07/23/2016 TEAM WOD!

JD catches some air on the max height box jump.

JD catches some air on his max height box jump.

WOD:

In Teams of 3:
1. Accumulate as many pounds lifted as possible of Squat Clean and Jerk in 10 minutes.

2. Then accumulate as many metres as possible with a Prowler push in 10 minutes.

Divide up into teams of 3. You can be any configuration of Male/Female and skill level. This is a great workout to divide up into DIFFERENT levels of fitness!  Grab some new partners! Perhaps— one Beyond Rxd, one Rxd and one Fitness person per team.

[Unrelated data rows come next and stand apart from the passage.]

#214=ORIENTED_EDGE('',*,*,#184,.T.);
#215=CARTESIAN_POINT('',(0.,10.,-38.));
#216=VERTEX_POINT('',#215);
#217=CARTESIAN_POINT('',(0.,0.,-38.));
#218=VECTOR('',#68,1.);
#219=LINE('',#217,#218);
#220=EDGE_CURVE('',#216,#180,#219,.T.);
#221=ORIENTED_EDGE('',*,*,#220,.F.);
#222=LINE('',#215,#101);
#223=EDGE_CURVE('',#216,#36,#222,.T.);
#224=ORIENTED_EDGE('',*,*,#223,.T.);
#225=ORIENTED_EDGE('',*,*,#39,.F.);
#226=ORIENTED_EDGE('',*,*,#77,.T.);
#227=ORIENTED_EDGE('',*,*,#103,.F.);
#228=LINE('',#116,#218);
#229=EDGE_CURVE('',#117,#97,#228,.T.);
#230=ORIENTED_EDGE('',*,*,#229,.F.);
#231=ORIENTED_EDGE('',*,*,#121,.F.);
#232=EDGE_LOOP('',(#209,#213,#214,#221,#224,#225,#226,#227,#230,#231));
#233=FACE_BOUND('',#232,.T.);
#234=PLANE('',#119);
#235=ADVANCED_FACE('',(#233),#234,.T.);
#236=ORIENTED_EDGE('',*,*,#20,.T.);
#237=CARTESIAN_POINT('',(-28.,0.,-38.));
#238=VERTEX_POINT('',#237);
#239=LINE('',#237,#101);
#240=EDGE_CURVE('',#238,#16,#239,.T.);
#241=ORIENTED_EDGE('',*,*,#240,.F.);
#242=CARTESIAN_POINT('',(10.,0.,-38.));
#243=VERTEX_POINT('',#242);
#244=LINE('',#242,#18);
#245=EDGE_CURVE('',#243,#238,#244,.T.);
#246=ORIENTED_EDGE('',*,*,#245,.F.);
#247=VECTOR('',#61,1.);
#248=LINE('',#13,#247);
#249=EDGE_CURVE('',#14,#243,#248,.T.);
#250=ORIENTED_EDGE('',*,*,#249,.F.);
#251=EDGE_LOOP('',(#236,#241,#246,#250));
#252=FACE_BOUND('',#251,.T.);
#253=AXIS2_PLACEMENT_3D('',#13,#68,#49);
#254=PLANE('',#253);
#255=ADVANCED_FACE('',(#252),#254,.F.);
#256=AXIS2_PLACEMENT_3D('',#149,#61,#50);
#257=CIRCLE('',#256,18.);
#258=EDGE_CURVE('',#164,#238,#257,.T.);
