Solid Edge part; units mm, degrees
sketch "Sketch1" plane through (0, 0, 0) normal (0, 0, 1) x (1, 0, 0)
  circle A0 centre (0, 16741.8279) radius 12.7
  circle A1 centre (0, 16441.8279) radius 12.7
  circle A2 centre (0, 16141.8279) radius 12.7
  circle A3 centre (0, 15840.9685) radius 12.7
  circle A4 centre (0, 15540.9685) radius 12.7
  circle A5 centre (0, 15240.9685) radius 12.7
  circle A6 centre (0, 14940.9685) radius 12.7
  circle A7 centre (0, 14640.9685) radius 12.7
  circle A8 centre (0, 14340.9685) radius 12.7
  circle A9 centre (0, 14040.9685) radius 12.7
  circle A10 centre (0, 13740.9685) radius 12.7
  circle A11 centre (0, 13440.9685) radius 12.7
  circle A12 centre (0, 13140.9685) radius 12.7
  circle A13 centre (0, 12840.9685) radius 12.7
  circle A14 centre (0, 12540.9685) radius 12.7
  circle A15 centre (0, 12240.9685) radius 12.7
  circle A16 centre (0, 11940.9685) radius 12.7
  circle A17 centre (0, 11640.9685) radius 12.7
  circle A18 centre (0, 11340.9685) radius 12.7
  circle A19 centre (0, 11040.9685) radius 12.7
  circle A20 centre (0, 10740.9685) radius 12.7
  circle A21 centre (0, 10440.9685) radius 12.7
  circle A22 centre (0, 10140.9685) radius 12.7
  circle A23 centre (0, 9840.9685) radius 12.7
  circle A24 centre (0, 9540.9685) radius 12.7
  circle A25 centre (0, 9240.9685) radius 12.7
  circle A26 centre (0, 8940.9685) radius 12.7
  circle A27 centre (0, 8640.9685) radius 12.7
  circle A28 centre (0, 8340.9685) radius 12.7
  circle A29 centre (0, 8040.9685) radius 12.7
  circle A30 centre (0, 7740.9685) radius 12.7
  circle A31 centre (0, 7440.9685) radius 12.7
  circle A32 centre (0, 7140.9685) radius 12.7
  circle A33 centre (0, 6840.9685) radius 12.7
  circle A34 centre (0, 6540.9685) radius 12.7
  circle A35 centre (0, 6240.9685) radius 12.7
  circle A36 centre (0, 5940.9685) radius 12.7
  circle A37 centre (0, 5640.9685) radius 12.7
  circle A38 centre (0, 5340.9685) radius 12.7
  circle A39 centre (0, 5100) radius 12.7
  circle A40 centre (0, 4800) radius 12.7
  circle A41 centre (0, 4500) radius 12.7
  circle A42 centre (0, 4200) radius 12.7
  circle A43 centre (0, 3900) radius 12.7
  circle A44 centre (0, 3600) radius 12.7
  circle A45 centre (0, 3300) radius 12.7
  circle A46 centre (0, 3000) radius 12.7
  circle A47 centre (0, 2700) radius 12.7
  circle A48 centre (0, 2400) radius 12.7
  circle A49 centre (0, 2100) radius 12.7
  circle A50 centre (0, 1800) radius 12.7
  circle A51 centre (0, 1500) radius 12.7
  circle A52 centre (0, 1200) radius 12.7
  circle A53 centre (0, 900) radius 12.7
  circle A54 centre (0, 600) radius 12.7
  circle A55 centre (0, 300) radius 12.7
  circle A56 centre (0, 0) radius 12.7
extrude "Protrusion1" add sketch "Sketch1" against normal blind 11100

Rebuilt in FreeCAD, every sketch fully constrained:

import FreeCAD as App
import Part
import Sketcher

doc = App.newDocument("Part")
params = doc.addObject("Spreadsheet::Sheet", "Params")
for row, (alias, value) in enumerate([
    ("sketch1_diameter", "25.4 mm"),
    ("pad1_length", "11100 mm"),
], start=1):
    params.set(f"A{row}", alias)
    params.set(f"B{row}", "=" + value)
    params.setAlias(f"B{row}", alias)

body = doc.addObject("PartDesign::Body", "Body")
body.AllowCompound = True

sketch1 = body.newObject("Sketcher::SketchObject", "Sketch")
sketch1.AttachmentSupport = (doc.getObject("XY_Plane"), [""])
sketch1.MapMode = "FlatFace"
sketch1.addGeometry(Part.Circle(App.Vector(0, 16742, 0), App.Vector(0, 0, 1), 13), False)
sketch1.addGeometry(Part.Circle(App.Vector(0, 16442, 0), App.Vector(0, 0, 1), 13), False)
sketch1.addGeometry(Part.Circle(App.Vector(0, 16142, 0), App.Vector(0, 0, 1), 13), False)
sketch1.addGeometry(Part.Circle(App.Vector(0, 15841, 0), App.Vector(0, 0, 1), 13), False)
sketch1.addGeometry(Part.Circle(App.Vector(0, 15541, 0), App.Vector(0, 0, 1), 13), False)
sketch1.addGeometry(Part.Circle(App.Vector(0, 15241, 0), App.Vector(0, 0, 1), 13), False)
sketch1.addGeometry(Part.Circle(App.Vector(0, 14941, 0), App.Vector(0, 0, 1), 13), False)
sketch1.addGeometry(Part.Circle(App.Vector(0, 14641, 0), App.Vector(0, 0, 1), 13), False)
sketch1.addGeometry(Part.Circle(App.Vector(0, 14341, 0), App.Vector(0, 0, 1), 13), False)
sketch1.addGeometry(Part.Circle(App.Vector(0, 14041, 0), App.Vector(0, 0, 1), 13), False)
sketch1.addGeometry(Part.Circle(App.Vector(0, 13741, 0), App.Vector(0, 0, 1), 13), False)
sketch1.addGeometry(Part.Circle(App.Vector(0, 13441, 0), App.Vector(0, 0, 1), 13), False)
sketch1.addGeometry(Part.Circle(App.Vector(0, 13141, 0), App.Vector(0, 0, 1), 13), False)
sketch1.addGeometry(Part.Circle(App.Vector(0, 12841, 0), App.Vector(0, 0, 1), 13), False)
sketch1.addGeometry(Part.Circle(App.Vector(0, 12541, 0), App.Vector(0, 0, 1), 13), False)
sketch1.addGeometry(Part.Circle(App.Vector(0, 12241, 0), App.Vector(0, 0, 1), 13), False)
sketch1.addGeometry(Part.Circle(App.Vector(0, 11941, 0), App.Vector(0, 0, 1), 13), False)
sketch1.addGeometry(Part.Circle(App.Vector(0, 11641, 0), App.Vector(0, 0, 1), 13), False)
sketch1.addGeometry(Part.Circle(App.Vector(0, 11341, 0), App.Vector(0, 0, 1), 13), False)
sketch1.addGeometry(Part.Circle(App.Vector(0, 11041, 0), App.Vector(0, 0, 1), 13), False)
sketch1.addGeometry(Part.Circle(App.Vector(0, 10741, 0), App.Vector(0, 0, 1), 13), False)
sketch1.addGeometry(Part.Circle(App.Vector(0, 10441, 0), App.Vector(0, 0, 1), 13), False)
sketch1.addGeometry(Part.Circle(App.Vector(0, 10141, 0), App.Vector(0, 0, 1), 13), False)
sketch1.addGeometry(Part.Circle(App.Vector(0, 9841, 0), App.Vector(0, 0, 1), 13), False)
sketch1.addGeometry(Part.Circle(App.Vector(0, 9541, 0), App.Vector(0, 0, 1), 13), False)
sketch1.addGeometry(Part.Circle(App.Vector(0, 9241, 0), App.Vector(0, 0, 1), 13), False)
sketch1.addGeometry(Part.Circle(App.Vector(0, 8941, 0), App.Vector(0, 0, 1), 13), False)
sketch1.addGeometry(Part.Circle(App.Vector(0, 8641, 0), App.Vector(0, 0, 1), 13), False)
sketch1.addGeometry(Part.Circle(App.Vector(0, 8341, 0), App.Vector(0, 0, 1), 13), False)
sketch1.addGeometry(Part.Circle(App.Vector(0, 8041, 0), App.Vector(0, 0, 1), 13), False)
sketch1.addGeometry(Part.Circle(App.Vector(0, 7741, 0), App.Vector(0, 0, 1), 13), False)
sketch1.addGeometry(Part.Circle(App.Vector(0, 7441, 0), App.Vector(0, 0, 1), 13), False)
sketch1.addGeometry(Part.Circle(App.Vector(0, 7141, 0), App.Vector(0, 0, 1), 13), False)
sketch1.addGeometry(Part.Circle(App.Vector(0, 6841, 0), App.Vector(0, 0, 1), 13), False)
sketch1.addGeometry(Part.Circle(App.Vector(0, 6541, 0), App.Vector(0, 0, 1), 13), False)
sketch1.addGeometry(Part.Circle(App.Vector(0, 6241, 0), App.Vector(0, 0, 1), 13), False)
sketch1.addGeometry(Part.Circle(App.Vector(0, 5941, 0), App.Vector(0, 0, 1), 13), False)
sketch1.addGeometry(Part.Circle(App.Vector(0, 5641, 0), App.Vector(0, 0, 1), 13), False)
sketch1.addGeometry(Part.Circle(App.Vector(0, 5341, 0), App.Vector(0, 0, 1), 13), False)
sketch1.addGeometry(Part.Circle(App.Vector(0, 5100, 0), App.Vector(0, 0, 1), 13), False)
sketch1.addGeometry(Part.Circle(App.Vector(0, 4800, 0), App.Vector(0, 0, 1), 13), False)
sketch1.addGeometry(Part.Circle(App.Vector(0, 4500, 0), App.Vector(0, 0, 1), 13), False)
sketch1.addGeometry(Part.Circle(App.Vector(0, 4200, 0), App.Vector(0, 0, 1), 13), False)
sketch1.addGeometry(Part.Circle(App.Vector(0, 3900, 0), App.Vector(0, 0, 1), 13), False)
sketch1.addGeometry(Part.Circle(App.Vector(0, 3600, 0), App.Vector(0, 0, 1), 13), False)
sketch1.addGeometry(Part.Circle(App.Vector(0, 3300, 0), App.Vector(0, 0, 1), 13), False)
sketch1.addGeometry(Part.Circle(App.Vector(0, 3000, 0), App.Vector(0, 0, 1), 13), False)
sketch1.addGeometry(Part.Circle(App.Vector(0, 2700, 0), App.Vector(0, 0, 1), 13), False)
sketch1.addGeometry(Part.Circle(App.Vector(0, 2400, 0), App.Vector(0, 0, 1), 13), False)
sketch1.addGeometry(Part.Circle(App.Vector(0, 2100, 0), App.Vector(0, 0, 1), 13), False)
sketch1.addGeometry(Part.Circle(App.Vector(0, 1800, 0), App.Vector(0, 0, 1), 13), False)
sketch1.addGeometry(Part.Circle(App.Vector(0, 1500, 0), App.Vector(0, 0, 1), 13), False)
sketch1.addGeometry(Part.Circle(App.Vector(0, 1200, 0), App.Vector(0, 0, 1), 13), False)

You can use two Barbells per team for the Clean and Jerks,  and one Prowler or sled.
If we have several teams, then some teams start on the Clean and Jerks and some teams start on the Prowlers.

Teammates each have 3 x 3 attempts at the clean and jerk. The sets of 3 need to be done unbroken (touch and go) for them to be counted. If you fail a set, you get zero for that set. It needs to be a Squat Clean for the Beyond Rxd and Rxd category and a Power Clean is accepted for the Fitness Category. You can use a Push Jerk or Split Jerk. You can choose to lift all 3 sets at the same load to be safe, or choose to increase each set and take a few risks.  Consult with your team mates!

There is no order you need to perform the sets in, but you can only have two people lifting at once. The barbells need to start with no weight on them. Time is pretty tight, so make sure you have a plan before you start!

Score = Total weight lifted for all teammates for the lifts (add up all three lifts for each athlete).

Scoring Example:  If person one lifts 100lbs for all three sets of 3 reps, their score is 300lbs. If person 2 lifts 135lbs + 145lbs and attempts 155lbs but fails on rep 2, their score is 280lbs. If person 3 lifts 200lbs for all three sets of 3 reps, their score is 600lbs. The teams score = 300lbs + 280lbs + 600lbs.

For the Prowler portion, the coach will set the load.   You can have whatever configuration of people pushing the prowler at any one time. You could have all 3, or just 2, or even just 1. Whatever you feel maximizes your work to rest ratio the best is probably going to be the best method.

Your score is how far you travel in meters over the 10min.

Final Score is total lbs lifted plus total meters pushed.